### [Exercise aim]
Take each line in the entries below that holds "Вырез" and show it.

### [Available data]
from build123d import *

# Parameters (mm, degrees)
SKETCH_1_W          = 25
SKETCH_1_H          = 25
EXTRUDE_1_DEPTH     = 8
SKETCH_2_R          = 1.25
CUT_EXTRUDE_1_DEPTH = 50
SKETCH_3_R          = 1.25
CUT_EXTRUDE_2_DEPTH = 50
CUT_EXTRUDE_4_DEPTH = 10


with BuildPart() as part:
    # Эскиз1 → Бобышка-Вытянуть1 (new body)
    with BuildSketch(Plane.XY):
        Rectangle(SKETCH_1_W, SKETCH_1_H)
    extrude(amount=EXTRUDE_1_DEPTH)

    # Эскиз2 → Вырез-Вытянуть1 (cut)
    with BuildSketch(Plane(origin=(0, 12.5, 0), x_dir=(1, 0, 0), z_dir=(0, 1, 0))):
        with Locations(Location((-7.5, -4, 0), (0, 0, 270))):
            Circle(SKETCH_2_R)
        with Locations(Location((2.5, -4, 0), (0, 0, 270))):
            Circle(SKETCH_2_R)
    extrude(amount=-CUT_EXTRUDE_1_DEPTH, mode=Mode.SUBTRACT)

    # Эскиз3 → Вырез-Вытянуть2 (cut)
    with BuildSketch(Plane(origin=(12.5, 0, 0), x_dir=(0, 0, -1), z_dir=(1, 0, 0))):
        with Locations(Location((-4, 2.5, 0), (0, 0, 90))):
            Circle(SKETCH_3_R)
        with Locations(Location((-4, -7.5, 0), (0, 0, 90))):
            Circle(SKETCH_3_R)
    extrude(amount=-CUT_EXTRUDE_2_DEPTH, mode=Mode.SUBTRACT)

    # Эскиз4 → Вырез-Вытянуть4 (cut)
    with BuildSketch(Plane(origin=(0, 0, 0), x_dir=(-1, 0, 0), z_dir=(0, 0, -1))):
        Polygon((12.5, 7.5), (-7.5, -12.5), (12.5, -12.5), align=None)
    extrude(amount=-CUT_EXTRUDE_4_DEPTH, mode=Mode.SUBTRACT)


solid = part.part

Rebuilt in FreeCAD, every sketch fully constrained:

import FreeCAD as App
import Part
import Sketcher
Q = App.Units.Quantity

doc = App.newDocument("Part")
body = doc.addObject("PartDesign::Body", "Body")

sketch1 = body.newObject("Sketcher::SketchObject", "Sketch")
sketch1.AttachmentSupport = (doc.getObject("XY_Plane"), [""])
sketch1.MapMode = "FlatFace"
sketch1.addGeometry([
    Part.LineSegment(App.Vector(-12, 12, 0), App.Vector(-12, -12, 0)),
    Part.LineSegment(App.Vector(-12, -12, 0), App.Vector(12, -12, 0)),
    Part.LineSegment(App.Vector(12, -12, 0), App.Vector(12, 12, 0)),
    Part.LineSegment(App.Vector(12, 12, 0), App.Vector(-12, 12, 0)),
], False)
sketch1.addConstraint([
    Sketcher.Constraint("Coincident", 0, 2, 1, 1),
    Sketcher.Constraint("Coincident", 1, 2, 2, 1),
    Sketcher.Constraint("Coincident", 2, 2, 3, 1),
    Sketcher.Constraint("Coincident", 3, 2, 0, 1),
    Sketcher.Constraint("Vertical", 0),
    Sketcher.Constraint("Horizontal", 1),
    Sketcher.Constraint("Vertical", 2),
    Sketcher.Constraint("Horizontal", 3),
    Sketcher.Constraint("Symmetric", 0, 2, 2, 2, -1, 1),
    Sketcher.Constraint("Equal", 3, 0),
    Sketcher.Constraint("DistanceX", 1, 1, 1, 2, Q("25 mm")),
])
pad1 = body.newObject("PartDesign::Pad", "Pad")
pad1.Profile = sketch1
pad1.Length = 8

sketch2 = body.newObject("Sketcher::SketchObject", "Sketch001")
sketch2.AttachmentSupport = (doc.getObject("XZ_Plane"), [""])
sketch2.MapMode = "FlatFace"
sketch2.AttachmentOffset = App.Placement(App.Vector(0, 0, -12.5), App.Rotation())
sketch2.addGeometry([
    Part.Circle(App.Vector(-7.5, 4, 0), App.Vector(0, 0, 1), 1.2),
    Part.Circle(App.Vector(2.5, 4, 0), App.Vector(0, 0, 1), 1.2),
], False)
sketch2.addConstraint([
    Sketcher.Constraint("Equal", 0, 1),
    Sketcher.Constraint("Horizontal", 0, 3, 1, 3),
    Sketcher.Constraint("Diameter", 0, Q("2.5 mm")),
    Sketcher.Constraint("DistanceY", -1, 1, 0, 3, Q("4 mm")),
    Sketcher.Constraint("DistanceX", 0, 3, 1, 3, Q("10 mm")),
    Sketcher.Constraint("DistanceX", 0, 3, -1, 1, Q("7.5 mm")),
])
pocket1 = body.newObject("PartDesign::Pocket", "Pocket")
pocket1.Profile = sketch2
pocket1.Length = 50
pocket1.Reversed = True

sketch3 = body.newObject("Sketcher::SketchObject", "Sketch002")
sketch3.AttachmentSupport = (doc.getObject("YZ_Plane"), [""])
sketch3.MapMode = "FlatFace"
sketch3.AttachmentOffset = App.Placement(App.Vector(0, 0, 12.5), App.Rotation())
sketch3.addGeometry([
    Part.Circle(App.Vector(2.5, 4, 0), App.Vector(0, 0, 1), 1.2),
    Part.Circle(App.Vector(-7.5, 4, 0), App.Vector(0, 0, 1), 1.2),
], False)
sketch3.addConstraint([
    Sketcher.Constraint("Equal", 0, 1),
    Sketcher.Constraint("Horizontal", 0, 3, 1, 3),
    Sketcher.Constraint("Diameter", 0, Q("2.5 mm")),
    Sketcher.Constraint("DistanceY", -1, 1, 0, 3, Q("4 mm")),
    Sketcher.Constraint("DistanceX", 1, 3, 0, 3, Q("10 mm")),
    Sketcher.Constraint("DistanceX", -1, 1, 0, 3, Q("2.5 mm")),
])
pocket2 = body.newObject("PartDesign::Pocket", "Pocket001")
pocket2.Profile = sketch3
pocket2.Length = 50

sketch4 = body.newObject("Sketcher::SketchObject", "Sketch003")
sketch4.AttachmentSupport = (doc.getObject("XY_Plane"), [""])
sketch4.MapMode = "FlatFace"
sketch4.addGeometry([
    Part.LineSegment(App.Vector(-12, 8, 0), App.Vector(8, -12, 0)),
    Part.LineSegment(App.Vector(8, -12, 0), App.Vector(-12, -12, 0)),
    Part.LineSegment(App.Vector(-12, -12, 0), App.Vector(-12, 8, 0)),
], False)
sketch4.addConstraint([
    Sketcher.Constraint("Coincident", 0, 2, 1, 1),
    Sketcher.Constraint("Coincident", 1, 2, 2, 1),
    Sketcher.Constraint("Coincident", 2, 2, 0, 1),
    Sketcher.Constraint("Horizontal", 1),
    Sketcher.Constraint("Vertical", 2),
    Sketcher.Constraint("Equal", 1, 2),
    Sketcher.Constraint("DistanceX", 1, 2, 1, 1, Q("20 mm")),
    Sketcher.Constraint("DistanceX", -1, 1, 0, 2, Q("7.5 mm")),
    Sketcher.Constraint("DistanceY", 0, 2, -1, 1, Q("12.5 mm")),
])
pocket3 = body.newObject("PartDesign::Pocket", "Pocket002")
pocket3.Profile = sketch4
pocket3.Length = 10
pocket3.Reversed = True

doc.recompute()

### [Exercise result]
    # Эскиз2 → Вырез-Вытянуть1 (cut)
    # Эскиз3 → Вырез-Вытянуть2 (cut)
    # Эскиз4 → Вырез-Вытянуть4 (cut)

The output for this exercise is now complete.